O Projeto Lei 1.681 de 1999, que regula a prática da profissão de Técnico em Imobilização Ortopédica, aguarda designação de relator na Comissão de Constituição e Justiça e de Cidadania (CCJC).
A proposição tramita há 13 anos no Congresso Nacional. Iniciou na Câmara dos Deputados, seguiu para o Senado Federal e retornou para a Câmara para tratar das emendas apresentadas pelos senadores. Após a apreciação na CCJC irá a Plenário para votação.
Mais detalhes na matéria abaixo.
26-4-2012 – Agência Câmara
Comissão regulamenta profissão de técnico de gesso ortopédico
A Comissão de Trabalho, de Administração e Serviço Público aprovou, na quarta-feira (25), proposta que regulamenta o exercício da profissão de técnico em gesso ortopédico. Aprovado pela Câmara em 2008, o Projeto de Lei 1681/99, do deputado Arnaldo Faria de Sá (PTB-SP), foi enviado ao Senado, onde sofreu modificações e, por isso, retornou para que os deputados analisem as alterações feitas pelos senadores.

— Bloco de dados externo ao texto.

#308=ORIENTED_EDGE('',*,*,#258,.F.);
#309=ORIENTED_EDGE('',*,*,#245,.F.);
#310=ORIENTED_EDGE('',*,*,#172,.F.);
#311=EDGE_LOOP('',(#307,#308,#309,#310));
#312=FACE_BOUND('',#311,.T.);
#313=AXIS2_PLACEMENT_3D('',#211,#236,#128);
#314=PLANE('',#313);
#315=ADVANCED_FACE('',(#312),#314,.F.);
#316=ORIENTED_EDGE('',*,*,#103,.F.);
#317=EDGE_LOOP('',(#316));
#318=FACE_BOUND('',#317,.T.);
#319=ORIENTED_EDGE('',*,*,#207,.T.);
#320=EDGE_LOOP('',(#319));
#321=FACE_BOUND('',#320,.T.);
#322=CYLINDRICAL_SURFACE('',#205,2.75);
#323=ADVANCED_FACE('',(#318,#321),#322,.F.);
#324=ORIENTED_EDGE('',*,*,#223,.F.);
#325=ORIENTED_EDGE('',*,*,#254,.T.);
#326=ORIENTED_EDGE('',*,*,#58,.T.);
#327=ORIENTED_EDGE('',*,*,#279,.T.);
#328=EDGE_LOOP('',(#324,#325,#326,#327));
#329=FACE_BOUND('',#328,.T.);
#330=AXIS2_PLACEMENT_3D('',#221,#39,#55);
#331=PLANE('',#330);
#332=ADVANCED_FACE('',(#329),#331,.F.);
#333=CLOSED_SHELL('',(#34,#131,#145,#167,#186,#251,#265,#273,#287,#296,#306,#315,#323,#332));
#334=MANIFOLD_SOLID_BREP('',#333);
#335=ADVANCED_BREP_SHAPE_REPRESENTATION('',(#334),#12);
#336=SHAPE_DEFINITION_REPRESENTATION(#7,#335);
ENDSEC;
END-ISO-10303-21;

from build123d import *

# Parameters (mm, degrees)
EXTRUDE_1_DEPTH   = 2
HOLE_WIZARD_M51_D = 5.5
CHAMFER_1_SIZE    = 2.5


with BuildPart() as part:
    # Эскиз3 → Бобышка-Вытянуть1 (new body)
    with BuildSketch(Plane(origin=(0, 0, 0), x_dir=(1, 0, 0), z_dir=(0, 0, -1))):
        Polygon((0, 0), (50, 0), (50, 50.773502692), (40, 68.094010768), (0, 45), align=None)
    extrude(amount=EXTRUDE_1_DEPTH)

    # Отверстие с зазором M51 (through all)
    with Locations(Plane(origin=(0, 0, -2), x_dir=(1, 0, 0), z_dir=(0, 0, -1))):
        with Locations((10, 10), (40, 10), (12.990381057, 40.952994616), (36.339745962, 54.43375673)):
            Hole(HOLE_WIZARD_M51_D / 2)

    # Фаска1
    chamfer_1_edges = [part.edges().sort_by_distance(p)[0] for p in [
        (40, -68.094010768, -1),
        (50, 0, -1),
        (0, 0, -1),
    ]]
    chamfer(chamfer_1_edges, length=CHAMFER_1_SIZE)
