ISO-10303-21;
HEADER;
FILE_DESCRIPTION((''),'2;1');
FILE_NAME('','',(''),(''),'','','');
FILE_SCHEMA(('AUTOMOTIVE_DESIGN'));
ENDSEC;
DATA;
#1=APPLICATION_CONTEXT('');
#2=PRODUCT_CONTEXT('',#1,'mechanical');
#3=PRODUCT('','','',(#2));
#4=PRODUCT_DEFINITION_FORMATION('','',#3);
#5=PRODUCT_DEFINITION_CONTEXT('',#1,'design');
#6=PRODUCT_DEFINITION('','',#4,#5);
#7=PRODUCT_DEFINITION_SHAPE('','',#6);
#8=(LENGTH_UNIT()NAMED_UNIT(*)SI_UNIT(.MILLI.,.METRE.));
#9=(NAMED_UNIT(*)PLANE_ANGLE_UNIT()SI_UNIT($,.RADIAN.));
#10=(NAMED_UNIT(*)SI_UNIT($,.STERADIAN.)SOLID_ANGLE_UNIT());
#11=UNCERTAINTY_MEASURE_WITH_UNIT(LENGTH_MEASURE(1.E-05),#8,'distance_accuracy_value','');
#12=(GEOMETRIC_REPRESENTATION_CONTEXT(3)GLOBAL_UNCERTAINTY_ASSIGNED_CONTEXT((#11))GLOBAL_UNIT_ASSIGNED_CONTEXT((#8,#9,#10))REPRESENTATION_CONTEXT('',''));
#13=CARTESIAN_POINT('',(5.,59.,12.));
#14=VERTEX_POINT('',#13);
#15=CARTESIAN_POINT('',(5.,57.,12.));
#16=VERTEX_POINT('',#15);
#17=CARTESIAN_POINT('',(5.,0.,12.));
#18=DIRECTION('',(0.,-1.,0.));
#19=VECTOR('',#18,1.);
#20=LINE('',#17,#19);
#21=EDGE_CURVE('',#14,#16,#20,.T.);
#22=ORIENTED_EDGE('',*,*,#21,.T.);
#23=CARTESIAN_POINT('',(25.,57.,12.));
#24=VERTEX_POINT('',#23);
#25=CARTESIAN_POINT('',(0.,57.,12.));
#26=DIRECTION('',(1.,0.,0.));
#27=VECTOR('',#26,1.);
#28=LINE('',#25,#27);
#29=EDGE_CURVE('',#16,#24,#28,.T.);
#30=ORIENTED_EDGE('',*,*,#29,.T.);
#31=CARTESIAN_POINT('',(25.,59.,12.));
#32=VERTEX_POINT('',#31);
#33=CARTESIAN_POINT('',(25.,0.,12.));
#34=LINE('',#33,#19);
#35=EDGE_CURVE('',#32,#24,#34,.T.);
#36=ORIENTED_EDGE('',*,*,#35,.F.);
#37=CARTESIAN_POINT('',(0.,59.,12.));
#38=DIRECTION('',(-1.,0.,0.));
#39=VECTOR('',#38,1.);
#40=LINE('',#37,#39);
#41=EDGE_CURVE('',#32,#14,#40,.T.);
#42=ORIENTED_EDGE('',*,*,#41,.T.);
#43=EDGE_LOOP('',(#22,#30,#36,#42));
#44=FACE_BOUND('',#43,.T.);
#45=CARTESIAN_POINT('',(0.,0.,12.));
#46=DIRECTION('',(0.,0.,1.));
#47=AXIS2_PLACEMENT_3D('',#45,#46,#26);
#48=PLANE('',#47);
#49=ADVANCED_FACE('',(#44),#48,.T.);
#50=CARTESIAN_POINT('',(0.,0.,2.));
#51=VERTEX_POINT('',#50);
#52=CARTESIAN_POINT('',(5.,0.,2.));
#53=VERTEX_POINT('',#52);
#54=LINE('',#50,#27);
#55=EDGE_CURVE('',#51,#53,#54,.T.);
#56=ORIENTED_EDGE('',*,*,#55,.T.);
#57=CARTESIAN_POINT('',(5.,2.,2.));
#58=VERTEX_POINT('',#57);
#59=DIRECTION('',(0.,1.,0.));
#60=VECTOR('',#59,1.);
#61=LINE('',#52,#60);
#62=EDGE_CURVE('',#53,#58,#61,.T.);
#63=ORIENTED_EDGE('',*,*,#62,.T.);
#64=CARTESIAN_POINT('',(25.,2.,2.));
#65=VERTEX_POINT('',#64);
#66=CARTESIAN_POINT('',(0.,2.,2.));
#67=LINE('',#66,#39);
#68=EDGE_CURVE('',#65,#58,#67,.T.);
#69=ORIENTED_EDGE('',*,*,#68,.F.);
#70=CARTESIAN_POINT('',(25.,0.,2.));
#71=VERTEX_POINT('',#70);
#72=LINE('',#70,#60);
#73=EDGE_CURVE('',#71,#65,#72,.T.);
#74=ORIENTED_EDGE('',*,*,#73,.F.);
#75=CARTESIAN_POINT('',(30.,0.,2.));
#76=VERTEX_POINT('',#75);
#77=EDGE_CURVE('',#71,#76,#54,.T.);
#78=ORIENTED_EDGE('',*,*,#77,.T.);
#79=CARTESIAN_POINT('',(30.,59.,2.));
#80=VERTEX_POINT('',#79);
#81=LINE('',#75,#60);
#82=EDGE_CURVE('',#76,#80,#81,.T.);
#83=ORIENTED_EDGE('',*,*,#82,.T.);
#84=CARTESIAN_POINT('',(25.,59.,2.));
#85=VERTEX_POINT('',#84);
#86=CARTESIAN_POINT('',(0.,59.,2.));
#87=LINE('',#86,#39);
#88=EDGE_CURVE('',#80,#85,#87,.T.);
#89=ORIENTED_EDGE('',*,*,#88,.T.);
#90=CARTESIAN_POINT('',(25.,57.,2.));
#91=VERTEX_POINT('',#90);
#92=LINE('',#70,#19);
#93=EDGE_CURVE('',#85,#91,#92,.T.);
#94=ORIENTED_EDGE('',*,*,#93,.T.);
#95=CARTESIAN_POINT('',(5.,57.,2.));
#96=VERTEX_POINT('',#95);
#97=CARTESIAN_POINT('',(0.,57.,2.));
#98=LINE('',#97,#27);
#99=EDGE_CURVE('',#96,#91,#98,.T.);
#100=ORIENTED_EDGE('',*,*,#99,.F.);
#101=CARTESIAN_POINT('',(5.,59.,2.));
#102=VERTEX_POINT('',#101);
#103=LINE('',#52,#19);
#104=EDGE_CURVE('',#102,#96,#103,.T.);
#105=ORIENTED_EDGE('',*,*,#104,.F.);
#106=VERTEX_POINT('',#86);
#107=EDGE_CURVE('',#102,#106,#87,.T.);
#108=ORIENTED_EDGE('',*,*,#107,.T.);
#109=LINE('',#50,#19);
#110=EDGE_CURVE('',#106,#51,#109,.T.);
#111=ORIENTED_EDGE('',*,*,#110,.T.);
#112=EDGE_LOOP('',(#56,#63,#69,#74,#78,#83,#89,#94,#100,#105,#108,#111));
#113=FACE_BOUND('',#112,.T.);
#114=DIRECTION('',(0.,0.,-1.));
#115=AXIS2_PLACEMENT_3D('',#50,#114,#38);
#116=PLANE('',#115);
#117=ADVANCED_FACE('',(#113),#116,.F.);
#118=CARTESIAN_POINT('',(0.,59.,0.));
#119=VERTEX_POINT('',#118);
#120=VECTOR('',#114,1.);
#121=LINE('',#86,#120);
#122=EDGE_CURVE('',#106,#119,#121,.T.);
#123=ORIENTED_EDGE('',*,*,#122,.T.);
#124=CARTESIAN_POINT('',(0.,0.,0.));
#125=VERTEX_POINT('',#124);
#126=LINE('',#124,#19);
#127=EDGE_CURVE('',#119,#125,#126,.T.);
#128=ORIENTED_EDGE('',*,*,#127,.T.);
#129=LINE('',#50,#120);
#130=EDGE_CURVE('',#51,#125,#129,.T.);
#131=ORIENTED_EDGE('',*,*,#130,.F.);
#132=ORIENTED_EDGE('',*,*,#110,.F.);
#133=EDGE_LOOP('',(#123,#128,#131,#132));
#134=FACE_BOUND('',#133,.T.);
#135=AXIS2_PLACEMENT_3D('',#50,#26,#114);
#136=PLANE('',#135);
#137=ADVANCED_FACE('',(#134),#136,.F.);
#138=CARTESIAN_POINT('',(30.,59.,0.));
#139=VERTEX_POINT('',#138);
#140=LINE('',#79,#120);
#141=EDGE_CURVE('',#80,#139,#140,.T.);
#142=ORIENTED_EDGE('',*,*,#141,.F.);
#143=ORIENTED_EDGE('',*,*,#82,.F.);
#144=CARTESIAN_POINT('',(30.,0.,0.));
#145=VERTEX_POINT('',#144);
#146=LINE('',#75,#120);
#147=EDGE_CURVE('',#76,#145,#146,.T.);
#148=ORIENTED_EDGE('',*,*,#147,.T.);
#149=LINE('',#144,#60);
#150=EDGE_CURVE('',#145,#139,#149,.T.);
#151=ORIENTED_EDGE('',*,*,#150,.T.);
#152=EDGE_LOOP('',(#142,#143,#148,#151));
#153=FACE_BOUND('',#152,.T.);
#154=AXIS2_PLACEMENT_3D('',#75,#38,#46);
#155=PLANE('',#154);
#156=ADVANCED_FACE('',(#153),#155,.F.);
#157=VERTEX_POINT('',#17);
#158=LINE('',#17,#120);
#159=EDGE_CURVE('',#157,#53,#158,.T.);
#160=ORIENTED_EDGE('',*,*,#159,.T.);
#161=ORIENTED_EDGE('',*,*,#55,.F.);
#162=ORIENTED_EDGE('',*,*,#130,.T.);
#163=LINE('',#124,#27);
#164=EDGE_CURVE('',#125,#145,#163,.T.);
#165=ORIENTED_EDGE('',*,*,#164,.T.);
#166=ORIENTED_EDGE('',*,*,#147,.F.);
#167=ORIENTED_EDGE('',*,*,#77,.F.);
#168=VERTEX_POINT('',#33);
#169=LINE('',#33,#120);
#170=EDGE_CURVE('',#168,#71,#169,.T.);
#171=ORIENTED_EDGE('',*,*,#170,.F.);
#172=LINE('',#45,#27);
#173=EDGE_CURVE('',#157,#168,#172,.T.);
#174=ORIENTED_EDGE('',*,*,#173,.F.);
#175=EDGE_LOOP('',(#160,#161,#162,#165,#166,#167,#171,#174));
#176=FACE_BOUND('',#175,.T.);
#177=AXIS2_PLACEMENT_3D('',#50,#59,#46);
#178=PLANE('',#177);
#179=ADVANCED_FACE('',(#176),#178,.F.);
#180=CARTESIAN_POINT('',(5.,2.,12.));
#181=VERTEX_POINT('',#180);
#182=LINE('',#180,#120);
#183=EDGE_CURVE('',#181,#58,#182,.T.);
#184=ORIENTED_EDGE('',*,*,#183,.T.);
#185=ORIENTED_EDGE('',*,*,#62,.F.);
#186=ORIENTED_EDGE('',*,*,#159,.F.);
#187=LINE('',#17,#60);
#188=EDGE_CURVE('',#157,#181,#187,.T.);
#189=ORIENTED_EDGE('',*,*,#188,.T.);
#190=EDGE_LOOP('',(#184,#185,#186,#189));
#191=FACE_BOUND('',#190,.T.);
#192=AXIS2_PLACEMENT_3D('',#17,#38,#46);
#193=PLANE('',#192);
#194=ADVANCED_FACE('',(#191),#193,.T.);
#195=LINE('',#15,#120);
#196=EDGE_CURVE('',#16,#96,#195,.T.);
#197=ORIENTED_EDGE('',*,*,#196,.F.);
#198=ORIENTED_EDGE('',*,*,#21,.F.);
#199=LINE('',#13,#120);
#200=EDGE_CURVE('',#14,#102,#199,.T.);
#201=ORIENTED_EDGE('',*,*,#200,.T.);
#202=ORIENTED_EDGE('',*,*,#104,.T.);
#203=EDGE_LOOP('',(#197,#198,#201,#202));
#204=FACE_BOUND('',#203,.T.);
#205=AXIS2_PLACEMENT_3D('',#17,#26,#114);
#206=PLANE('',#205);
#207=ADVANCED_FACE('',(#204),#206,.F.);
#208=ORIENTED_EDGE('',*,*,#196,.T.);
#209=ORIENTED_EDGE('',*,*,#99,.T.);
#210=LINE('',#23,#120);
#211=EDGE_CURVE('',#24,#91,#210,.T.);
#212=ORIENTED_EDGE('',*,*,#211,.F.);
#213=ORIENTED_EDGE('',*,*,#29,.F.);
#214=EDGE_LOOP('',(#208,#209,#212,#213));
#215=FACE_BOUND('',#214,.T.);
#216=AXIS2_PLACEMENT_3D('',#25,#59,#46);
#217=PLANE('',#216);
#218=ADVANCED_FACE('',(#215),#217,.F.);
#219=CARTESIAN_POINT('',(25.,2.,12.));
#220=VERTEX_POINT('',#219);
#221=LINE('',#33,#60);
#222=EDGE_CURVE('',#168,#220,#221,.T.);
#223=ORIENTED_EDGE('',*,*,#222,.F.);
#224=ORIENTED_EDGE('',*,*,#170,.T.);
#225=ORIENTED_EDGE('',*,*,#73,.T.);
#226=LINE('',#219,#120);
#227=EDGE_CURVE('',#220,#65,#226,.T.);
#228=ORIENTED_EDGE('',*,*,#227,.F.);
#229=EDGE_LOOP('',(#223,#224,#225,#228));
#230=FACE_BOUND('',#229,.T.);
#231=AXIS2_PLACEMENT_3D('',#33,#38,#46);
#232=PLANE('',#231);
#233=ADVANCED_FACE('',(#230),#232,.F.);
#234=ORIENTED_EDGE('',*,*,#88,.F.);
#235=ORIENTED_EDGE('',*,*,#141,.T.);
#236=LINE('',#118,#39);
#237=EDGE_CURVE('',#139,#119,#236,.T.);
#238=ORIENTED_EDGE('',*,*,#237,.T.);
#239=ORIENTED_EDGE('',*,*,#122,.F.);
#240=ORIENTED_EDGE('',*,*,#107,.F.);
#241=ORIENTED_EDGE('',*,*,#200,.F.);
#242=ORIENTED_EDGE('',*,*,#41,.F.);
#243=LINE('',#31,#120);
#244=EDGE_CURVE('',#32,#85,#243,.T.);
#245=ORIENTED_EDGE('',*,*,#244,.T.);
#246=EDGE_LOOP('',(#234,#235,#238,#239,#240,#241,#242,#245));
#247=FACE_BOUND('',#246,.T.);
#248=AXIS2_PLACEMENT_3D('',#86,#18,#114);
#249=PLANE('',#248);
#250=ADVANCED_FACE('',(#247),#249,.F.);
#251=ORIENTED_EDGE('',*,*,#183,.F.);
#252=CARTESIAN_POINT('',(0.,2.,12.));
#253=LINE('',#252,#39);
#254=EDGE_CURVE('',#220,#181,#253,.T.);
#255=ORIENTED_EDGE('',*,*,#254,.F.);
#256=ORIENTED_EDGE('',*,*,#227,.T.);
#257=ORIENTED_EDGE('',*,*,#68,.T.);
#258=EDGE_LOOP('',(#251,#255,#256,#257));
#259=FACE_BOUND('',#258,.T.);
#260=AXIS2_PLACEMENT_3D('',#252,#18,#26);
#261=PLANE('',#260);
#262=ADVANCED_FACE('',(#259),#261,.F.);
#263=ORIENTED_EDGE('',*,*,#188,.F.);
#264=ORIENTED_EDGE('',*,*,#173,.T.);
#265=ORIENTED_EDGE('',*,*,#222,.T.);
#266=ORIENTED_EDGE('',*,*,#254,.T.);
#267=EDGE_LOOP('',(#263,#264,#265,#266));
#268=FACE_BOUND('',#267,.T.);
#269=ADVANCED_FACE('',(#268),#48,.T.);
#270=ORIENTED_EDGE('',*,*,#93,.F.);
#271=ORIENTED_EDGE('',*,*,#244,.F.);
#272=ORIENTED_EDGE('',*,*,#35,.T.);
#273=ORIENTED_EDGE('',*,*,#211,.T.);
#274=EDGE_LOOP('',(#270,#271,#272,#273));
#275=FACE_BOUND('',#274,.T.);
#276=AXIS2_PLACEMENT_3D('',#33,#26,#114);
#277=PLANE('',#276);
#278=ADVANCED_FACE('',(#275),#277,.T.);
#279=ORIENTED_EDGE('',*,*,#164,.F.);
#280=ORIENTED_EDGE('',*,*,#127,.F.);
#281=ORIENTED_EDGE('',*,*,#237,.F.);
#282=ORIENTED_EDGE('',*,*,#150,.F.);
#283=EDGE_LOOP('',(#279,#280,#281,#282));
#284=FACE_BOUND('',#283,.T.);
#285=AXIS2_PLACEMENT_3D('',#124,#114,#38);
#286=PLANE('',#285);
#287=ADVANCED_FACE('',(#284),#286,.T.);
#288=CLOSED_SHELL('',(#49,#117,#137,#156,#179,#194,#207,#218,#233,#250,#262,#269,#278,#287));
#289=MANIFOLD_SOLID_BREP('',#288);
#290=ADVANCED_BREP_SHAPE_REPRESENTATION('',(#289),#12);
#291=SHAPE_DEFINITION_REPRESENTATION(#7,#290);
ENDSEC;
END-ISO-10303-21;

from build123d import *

# Parameters (mm, degrees)
SKETCH1_W           = 30
SKETCH1_H           = 59
BOSS_EXTRUDE1_DEPTH = 2
SKETCH2_W           = 20
SKETCH2_H           = 2
BOSS_EXTRUDE2_DEPTH = 10


with BuildPart() as part:
    # Sketch1 → Boss-Extrude1 (new body)
    with BuildSketch(Plane.XY):
        with Locations((15, 29.5)):
            Rectangle(SKETCH1_W, SKETCH1_H)
    extrude(amount=BOSS_EXTRUDE1_DEPTH)

    # Sketch2 → Boss-Extrude2 (add)
    with BuildSketch(Plane.XY.offset(2)):
        with Locations((15, 58)):
            Rectangle(SKETCH2_W, SKETCH2_H)
        with Locations((15, 1)):
            Rectangle(SKETCH2_W, SKETCH2_H)
    extrude(amount=BOSS_EXTRUDE2_DEPTH)


solid = part.part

A aprovação da medida foi recomendada pelo relator, deputado Assis Melo (PCdoB-RS), que obteve apoio dos membros do colegiado. Para Assis Melo, o substitutivo do Senado Federal aperfeiçoou a matéria e tem o apoio de entidades de representação de diversas categorias.
Supervisão médica
“Por tratar-se de atividade ligada à saúde, o aperfeiçoamento proposto pelo Senado ao texto original é até mesmo indispensável ao explicitar que as atividades desempenhadas sejam executadas sob supervisão médica, o que pode evitar possíveis questionamentos quanto à constitucionalidade da matéria”, afirmou o relator.
O texto aprovado detalha as atividades a serem executadas por técnicos em imobilização, como confecção e retirada de gessos, faixas e trações. Determina ainda que o profissional deverá ter o segundo grau completo e formação específica de, no mínimo, dois anos.
Tramitação
A proposta já foi aprovada pela Comissão de Seguridade Social e Família. Ainda será analisada pela Comissão de Constituição e Justiça e de Cidadania, antes de ser encaminhada para o Plenário.